Task details:
Beginning with the line that holds "f 250 432 433" in the data below, give again every line through the one that holds "f 278 431 429", exactly as written.

Saved data entries:
Content starts

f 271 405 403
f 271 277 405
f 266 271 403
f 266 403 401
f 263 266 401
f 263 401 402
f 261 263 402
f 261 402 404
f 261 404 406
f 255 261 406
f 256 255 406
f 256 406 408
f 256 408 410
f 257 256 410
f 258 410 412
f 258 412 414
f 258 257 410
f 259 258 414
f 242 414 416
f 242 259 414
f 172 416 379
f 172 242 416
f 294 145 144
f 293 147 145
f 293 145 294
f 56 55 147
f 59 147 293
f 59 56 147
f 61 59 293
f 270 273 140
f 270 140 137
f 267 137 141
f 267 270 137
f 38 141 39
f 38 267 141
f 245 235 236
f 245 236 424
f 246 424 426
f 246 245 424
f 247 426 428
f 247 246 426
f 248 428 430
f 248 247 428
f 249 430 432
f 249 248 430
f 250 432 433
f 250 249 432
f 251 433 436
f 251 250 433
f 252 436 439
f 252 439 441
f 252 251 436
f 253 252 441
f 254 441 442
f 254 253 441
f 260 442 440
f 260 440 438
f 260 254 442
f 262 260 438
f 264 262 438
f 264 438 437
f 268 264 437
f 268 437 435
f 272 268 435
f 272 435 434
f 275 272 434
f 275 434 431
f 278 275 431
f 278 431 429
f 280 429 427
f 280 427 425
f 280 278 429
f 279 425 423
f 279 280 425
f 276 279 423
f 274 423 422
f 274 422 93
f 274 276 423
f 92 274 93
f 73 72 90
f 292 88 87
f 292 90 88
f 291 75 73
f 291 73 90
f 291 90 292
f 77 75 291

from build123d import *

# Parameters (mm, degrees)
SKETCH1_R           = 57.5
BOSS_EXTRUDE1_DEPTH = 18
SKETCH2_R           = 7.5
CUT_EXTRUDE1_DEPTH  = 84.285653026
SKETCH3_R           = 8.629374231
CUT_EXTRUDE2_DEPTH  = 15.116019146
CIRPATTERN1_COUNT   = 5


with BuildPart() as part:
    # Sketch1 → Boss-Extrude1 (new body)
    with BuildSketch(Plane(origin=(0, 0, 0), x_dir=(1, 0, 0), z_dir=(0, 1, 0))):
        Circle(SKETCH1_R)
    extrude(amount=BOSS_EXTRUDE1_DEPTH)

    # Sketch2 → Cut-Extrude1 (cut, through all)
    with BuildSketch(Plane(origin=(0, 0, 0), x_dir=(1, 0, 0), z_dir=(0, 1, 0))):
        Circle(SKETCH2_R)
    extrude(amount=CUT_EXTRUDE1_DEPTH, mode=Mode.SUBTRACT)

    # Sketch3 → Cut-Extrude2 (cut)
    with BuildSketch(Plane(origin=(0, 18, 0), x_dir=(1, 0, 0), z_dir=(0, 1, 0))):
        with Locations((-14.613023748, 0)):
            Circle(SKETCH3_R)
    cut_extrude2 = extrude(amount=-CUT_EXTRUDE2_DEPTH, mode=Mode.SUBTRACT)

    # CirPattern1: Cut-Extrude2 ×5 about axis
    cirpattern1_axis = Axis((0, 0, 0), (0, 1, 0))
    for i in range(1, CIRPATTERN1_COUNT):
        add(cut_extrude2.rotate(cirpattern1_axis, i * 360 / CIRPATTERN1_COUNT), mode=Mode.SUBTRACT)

Content ends
Content starts

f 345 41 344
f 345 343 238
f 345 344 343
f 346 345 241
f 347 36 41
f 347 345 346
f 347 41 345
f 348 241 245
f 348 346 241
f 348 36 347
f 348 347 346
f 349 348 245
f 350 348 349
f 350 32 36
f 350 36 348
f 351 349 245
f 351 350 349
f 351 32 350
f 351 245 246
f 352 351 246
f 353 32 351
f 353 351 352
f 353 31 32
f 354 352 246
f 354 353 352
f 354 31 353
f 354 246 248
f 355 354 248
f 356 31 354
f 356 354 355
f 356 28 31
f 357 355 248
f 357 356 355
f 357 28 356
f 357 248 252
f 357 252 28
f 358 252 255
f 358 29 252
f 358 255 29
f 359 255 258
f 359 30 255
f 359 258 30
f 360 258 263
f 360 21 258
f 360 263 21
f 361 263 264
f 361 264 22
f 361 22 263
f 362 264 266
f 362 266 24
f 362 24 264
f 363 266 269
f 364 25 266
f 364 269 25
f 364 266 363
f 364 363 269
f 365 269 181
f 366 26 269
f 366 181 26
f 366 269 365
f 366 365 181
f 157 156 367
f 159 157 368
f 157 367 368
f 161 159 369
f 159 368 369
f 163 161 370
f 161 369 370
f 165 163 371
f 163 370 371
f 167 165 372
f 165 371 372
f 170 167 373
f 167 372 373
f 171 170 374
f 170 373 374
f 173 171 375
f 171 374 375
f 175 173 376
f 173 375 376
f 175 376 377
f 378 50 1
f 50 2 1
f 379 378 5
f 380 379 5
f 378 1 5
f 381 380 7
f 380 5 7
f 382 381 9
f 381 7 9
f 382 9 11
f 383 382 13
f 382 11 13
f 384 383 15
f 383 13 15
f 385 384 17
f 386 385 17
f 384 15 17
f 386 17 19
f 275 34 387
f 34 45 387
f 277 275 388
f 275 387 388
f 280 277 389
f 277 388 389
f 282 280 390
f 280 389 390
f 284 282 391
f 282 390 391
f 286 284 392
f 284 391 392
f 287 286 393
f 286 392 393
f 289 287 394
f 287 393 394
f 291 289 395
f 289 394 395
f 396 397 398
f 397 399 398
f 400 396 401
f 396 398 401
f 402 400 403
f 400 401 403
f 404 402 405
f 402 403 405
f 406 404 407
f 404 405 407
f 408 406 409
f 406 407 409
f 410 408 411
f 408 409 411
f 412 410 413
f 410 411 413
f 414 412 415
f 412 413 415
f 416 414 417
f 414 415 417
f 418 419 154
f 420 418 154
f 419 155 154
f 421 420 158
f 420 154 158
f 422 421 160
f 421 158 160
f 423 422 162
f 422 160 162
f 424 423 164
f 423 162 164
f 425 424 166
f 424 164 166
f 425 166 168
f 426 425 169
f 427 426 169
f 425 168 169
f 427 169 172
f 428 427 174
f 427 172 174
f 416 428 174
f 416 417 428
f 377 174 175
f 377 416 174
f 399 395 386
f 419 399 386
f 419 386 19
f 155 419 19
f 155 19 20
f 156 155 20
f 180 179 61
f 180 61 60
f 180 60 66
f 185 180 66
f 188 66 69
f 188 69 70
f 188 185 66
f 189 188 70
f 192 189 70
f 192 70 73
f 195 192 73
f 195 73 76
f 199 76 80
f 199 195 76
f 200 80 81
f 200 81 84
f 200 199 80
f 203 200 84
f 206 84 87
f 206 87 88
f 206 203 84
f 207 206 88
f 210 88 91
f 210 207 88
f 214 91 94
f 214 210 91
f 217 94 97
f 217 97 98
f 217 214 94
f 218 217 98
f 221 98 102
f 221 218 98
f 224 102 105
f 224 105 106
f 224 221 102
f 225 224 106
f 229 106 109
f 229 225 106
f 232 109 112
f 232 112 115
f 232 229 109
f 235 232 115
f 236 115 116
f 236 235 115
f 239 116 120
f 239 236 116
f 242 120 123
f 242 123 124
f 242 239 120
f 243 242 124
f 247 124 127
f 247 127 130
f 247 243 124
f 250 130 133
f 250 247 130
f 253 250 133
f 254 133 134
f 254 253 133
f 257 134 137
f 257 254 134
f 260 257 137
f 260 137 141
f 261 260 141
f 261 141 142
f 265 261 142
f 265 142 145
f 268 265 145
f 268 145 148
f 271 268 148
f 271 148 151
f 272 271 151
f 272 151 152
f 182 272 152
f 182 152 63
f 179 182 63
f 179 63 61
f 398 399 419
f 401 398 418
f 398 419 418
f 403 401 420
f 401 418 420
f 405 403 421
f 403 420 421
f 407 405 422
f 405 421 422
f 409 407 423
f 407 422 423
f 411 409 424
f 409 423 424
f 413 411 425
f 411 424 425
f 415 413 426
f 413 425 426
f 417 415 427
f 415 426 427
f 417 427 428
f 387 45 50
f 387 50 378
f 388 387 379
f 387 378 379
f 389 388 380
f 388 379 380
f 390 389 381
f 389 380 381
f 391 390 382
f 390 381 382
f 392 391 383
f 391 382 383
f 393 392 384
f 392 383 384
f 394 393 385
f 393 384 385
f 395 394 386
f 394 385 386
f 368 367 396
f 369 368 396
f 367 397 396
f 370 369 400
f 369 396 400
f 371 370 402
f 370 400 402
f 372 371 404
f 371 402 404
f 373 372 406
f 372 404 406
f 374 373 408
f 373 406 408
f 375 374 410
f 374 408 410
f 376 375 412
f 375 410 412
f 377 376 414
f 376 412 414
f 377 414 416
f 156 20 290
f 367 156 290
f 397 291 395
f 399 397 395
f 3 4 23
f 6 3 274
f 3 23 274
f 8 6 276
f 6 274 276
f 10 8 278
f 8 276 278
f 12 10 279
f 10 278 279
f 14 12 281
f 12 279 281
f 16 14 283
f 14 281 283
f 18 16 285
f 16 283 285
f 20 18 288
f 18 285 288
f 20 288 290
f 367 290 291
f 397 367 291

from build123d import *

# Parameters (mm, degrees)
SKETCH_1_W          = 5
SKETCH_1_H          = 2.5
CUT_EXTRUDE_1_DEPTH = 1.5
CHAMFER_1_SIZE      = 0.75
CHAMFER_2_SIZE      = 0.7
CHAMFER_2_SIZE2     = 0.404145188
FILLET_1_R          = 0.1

Content ends

Task answer:
f 250 432 433
f 250 249 432
f 251 433 436
f 251 250 433
f 252 436 439
f 252 439 441
f 252 251 436
f 253 252 441
f 254 441 442
f 254 253 441
f 260 442 440
f 260 440 438
f 260 254 442
f 262 260 438
f 264 262 438
f 264 438 437
f 268 264 437
f 268 437 435
f 272 268 435
f 272 435 434
f 275 272 434
f 275 434 431
f 278 275 431
f 278 431 429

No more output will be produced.